Bartlett's test for sphericity

As part of the factor analysis, he checks whether the correlation matrix of the observed variables in the population is the same as the identity matrix . If this null hypothesis cannot be rejected, the factor analysis should not be carried out.

requirement

The test assumes a multivariate normal distribution of the data and reacts sensitively to the violation of this requirement.

Hypotheses

The test tests the null hypothesis that the correlation matrix is equal to the identity matrix against the alternative hypothesis that the two are not equal: ${\ displaystyle R}$ ${\ displaystyle E}$

{\ displaystyle H_ {0}: R = E \,}

against

{\ displaystyle H_ {1}: R \ neq E}

Test statistics

If is the number of variables for which the correlation matrix was calculated, then the test statistic is defined as ${\ displaystyle p}$ ${\ displaystyle R}$

{\ displaystyle X ^ {2} = - \ left (n-1 - {\ frac {2p + 5} {6}} \ right) \ log (| R |)}

where is the number of observations and the determinant of . ${\ displaystyle n}$ ${\ displaystyle | R |}$ ${\ displaystyle R}$

The test statistic is approximately -distributed with degrees of freedom.

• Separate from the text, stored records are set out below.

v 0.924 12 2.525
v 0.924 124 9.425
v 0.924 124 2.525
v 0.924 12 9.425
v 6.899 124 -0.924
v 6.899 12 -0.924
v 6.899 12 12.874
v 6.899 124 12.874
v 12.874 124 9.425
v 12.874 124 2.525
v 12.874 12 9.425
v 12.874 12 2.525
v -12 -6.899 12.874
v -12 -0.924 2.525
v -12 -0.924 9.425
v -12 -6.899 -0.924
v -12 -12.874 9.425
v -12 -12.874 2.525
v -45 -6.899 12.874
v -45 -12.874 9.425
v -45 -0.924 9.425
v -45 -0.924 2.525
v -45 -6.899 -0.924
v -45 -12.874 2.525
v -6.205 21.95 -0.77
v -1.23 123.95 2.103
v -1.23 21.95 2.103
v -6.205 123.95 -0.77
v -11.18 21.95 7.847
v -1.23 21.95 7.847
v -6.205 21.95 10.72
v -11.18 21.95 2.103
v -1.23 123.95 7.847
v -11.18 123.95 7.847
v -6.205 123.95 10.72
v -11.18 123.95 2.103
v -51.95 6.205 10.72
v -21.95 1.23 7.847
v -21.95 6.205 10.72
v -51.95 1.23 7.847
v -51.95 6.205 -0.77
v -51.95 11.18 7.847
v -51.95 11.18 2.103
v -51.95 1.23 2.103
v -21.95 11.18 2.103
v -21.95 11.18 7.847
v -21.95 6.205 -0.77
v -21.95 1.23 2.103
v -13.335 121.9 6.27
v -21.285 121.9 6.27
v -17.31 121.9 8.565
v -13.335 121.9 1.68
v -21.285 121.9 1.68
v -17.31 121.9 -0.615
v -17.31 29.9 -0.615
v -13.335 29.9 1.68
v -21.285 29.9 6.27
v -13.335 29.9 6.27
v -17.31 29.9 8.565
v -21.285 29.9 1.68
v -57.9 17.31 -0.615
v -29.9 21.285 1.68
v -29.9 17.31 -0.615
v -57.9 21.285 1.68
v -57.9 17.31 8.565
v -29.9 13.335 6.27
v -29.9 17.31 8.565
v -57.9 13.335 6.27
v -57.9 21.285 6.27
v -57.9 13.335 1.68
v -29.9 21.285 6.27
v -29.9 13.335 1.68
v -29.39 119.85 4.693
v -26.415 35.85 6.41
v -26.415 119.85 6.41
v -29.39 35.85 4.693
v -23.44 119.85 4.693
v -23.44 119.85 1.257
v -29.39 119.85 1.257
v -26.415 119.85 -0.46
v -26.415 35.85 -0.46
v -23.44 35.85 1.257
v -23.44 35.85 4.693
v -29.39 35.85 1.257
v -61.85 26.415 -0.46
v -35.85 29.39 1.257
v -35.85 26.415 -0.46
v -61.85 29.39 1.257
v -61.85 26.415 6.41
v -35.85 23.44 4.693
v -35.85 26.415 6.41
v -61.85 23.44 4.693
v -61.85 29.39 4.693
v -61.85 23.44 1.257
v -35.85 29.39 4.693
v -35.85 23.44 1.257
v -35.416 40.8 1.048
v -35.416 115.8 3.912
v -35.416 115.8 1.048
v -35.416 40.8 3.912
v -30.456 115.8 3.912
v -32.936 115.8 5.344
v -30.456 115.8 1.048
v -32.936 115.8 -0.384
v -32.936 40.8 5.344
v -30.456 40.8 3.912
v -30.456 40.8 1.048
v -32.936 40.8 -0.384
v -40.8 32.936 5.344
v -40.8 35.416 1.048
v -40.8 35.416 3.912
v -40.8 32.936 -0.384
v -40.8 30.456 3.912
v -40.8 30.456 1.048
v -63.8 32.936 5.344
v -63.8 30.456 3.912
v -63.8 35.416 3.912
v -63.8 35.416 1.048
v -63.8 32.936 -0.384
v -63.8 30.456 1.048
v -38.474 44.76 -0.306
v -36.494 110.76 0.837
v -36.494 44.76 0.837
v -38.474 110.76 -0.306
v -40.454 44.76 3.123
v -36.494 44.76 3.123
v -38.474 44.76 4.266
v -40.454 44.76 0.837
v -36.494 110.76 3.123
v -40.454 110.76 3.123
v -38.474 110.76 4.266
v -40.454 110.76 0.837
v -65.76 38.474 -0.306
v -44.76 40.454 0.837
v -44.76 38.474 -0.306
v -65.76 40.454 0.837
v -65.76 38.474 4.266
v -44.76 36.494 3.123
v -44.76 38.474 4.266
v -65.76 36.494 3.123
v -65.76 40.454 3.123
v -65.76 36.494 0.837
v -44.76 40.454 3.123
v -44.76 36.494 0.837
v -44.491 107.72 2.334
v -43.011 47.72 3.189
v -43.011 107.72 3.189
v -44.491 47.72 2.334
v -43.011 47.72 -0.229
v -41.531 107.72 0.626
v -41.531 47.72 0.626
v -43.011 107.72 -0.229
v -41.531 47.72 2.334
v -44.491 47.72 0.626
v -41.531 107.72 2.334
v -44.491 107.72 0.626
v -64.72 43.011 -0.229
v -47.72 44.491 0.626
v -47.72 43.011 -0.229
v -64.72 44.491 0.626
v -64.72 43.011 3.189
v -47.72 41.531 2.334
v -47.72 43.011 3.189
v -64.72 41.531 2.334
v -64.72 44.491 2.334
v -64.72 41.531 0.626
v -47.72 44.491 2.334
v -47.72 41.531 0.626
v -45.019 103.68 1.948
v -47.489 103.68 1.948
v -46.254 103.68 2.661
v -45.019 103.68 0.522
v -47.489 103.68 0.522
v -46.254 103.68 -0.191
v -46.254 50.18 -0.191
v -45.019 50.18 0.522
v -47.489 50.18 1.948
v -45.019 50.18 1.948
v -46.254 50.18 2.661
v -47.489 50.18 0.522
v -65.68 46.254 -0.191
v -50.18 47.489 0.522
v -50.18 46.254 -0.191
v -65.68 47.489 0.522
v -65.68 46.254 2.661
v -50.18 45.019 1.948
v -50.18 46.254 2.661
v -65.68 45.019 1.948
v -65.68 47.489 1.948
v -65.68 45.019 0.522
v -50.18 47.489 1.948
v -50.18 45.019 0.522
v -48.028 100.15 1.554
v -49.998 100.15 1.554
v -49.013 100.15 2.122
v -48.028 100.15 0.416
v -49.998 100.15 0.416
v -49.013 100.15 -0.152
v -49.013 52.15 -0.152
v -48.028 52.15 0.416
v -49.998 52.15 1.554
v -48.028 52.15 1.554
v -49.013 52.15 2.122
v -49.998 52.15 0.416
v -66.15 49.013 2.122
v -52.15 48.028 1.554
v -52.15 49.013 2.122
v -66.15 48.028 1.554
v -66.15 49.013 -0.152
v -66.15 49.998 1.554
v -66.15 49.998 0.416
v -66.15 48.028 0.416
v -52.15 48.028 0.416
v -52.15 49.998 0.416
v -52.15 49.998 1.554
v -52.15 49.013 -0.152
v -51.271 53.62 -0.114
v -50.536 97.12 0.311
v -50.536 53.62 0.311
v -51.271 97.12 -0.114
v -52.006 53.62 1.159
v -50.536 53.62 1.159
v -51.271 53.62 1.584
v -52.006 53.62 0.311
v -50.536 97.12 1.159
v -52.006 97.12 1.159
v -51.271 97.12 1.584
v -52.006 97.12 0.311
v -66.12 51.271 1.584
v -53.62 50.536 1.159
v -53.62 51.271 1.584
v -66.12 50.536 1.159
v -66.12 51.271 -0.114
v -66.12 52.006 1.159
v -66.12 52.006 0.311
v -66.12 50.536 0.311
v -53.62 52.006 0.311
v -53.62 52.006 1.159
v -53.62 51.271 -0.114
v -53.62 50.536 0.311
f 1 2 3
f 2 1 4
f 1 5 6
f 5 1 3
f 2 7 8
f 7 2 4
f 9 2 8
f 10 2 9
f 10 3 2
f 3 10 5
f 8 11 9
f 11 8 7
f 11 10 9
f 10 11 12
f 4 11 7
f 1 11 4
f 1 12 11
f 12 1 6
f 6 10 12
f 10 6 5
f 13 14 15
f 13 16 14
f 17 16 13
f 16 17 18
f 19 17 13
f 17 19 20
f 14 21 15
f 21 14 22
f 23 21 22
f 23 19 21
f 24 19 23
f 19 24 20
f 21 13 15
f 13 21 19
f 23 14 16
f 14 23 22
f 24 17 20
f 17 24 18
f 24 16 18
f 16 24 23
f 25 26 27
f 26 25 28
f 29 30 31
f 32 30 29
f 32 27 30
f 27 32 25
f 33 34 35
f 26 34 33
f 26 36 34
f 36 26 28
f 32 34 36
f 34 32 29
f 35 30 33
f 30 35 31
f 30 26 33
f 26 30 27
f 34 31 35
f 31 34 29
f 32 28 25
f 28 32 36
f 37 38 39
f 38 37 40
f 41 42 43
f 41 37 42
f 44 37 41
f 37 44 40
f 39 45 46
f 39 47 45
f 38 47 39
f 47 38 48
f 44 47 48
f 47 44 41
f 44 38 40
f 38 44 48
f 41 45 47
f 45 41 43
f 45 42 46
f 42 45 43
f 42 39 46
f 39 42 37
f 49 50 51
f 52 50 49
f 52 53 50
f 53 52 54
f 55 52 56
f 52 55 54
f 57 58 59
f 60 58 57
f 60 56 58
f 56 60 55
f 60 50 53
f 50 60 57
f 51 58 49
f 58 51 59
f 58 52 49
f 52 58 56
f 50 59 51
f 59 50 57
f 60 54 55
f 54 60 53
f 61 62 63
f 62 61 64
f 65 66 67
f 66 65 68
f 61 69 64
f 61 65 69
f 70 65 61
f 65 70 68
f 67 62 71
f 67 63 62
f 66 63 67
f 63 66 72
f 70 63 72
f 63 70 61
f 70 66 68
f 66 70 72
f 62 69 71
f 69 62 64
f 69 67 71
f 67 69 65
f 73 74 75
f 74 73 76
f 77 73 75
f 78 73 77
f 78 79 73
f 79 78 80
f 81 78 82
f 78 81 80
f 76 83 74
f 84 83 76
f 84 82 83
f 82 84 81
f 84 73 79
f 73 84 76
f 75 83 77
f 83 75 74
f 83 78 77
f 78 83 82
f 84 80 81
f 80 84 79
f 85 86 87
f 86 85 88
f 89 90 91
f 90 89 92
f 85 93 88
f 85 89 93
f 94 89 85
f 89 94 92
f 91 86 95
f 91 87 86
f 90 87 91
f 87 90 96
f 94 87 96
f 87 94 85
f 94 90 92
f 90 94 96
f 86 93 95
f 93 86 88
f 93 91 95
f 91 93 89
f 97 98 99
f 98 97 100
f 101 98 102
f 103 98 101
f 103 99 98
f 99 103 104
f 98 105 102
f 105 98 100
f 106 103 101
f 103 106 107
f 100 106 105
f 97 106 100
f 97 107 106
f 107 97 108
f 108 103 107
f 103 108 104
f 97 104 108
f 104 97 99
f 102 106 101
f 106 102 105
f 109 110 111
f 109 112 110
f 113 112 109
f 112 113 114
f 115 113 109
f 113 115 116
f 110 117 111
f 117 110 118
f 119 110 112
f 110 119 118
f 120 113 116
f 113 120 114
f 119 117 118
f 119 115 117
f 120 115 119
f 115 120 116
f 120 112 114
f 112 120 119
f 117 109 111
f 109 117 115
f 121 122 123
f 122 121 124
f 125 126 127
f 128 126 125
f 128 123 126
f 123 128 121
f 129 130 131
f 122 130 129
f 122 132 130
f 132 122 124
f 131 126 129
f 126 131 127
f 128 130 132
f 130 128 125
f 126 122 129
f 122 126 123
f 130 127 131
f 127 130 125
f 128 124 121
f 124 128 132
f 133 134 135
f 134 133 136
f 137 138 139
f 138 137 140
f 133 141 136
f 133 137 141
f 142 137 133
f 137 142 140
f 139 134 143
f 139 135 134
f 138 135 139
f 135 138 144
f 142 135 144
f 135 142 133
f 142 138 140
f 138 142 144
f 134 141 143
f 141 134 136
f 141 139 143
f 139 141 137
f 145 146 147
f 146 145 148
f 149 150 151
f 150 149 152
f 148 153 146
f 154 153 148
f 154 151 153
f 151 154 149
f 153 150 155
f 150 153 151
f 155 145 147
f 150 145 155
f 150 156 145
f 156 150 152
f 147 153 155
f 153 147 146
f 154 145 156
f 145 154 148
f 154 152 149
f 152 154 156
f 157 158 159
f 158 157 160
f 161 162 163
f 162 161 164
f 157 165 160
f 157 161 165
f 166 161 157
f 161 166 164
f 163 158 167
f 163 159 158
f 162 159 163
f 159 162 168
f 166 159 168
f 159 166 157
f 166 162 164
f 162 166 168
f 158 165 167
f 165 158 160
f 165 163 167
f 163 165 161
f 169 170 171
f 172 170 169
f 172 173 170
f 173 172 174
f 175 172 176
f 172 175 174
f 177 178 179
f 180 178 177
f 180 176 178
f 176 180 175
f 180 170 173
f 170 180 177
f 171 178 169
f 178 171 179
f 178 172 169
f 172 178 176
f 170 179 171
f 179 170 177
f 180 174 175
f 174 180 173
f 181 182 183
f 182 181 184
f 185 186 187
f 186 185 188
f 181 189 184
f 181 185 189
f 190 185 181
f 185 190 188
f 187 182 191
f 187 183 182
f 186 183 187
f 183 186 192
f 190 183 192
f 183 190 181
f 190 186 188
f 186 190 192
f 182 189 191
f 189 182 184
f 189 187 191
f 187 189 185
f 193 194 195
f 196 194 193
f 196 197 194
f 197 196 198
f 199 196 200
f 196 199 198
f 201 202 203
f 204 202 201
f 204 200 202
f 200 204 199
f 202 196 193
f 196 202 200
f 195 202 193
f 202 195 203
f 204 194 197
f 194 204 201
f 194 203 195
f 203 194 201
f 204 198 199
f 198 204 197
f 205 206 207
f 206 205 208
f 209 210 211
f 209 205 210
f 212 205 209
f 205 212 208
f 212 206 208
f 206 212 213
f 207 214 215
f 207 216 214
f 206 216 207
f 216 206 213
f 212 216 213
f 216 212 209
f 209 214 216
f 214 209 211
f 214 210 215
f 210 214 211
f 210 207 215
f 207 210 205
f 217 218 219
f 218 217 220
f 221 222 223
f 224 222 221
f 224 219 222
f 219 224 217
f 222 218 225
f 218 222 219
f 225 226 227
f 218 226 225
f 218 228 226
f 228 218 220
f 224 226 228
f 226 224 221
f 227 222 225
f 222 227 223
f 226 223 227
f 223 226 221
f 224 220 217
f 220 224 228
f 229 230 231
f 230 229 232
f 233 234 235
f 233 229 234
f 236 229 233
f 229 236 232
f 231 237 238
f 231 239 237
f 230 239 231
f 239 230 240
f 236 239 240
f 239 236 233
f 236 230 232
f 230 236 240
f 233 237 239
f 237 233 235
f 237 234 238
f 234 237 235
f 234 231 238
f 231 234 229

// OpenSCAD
// wrench sizes from https://www1.mscdirect.com/PDF/FASTENERS/HexKeys.pdf
// width, length_long_side, length_short_side, bend_radius
wrenches = [
    //[34, 300, 100, 34], // 34mm
    [11.95, 124, 45, 12], // 12mm
    [9.95, 112, 40, 10], // 10mm
    [7.95, 100, 36, 8],  // 8mm
    [5.95, 90, 32, 6],  // 6mm
    [4.96, 80, 28, 5],  // 5mm
    [3.96, 70, 25, 4],  // 4mm
    [2.96, 63, 20, 3],  // 3mm
    [2.47, 56, 18, 2.5],  // 2.5mm
    [1.97, 50, 16, 2],  // 2mm
    [1.47, 45, 14, 1.5],  // 1.5mm
];


module hexagon(d) {
    // d is the distance between parallel edges of the hexagon
    // x, where x is the short side of a 30/60/90 degree triangle
    x = d / (2*sqrt(3));
    polygon([
        [-1 * x, x * sqrt(3)], [x, x * sqrt(3)],
        [2 * x, 0],
        [x, -1 * x * sqrt(3)], [-1 * x, -x * sqrt(3)],
        [-2 * x, 0]
    ]);
}

module hex_key(wrench_diameter, wrench_long_side, wrench_short_side, wrench_bend_radius) {
    union() {
        translate([wrench_diameter / sqrt(3), wrench_bend_radius, 0]) {
            rotate([-90, 90, 0]) {
                linear_extrude(wrench_long_side-wrench_bend_radius) {
                    hexagon(wrench_diameter);
                }
            }
        }

        translate([-wrench_bend_radius, -wrench_diameter / sqrt(3), 0]) {
            rotate([0, 0, 0]) {
                rotate([0, -90, 0]) {
                    linear_extrude(wrench_short_side-wrench_bend_radius) {
                        hexagon(wrench_diameter);
                    }
                }
            }
        }
        
        translate([-wrench_bend_radius, wrench_bend_radius, 0]) {
            difference() {
                rotate_extrude(angle = 90) {
                    rotate([0, 0, -90]) {
                        translate([0, wrench_bend_radius + wrench_diameter / sqrt(3), 0]) {
                            rotate([0, 0, 0]) {
                                hexagon(wrench_diameter);
                            }
                        }
                    }
                }
                rotate([0, 0, 90]) {
                    translate([-50 * wrench_diameter, 0, -50 * wrench_diameter]) {
                        cube(100*wrench_diameter);
                    }
                }
                translate([-50 * wrench_diameter, 0, -50 * wrench_diameter]) {
                    cube(100*wrench_diameter);
                }
            }
        }
    }
}

function sum_width(wrenches, cur_position, final_position)
    = cur_position > final_position ? 0 : wrenches[cur_position][0] + sum_width(wrenches, cur_position+1, final_position);

for (i=[0:len(wrenches)-1]) {
    offset = sum_width(wrenches, 0, i-1);
    
    wrench = wrenches[i];
    translate([-offset, offset, wrench[0]/2]) {
        hex_key(wrench[0], wrench[1], wrench[2], wrench[3]);
    }
}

I.e. the null hypothesis is rejected if the realization of the test statistic is greater than . ${\ displaystyle X ^ {2}}$ ${\ displaystyle \ chi _ {p (p-1) / 2} ^ {2}}$ ${\ displaystyle p (p-1) / 2}$ ${\ displaystyle \ chi _ {p (p-1) / 2, \ alpha} ^ {2}}$

Individual evidence

^ Maurice Bartlett: Properties of sufficiency and statistical tests . In: Proceedings of the Royal Statistical Society Series A . tape 160 , 1937, pp. 268-282 , doi : 10.1098 / rspa.1937.0109 , JSTOR : 96803 .
↑ SPSS (2007), SPSS 16.0 Algorithms, SPSS Inc., Chicago, Illinois, p. 293.

Web links

NIST page on Bartlett's test

[1] Maurice Bartlett: Properties of sufficiency and statistical tests . In: Proceedings of the Royal Statistical Society Series A . tape 160 , 1937, pp. 268-282 , doi : 10.1098 / rspa.1937.0109 , JSTOR : 96803 .

[2] SPSS (2007), SPSS 16.0 Algorithms, SPSS Inc., Chicago, Illinois, p. 293.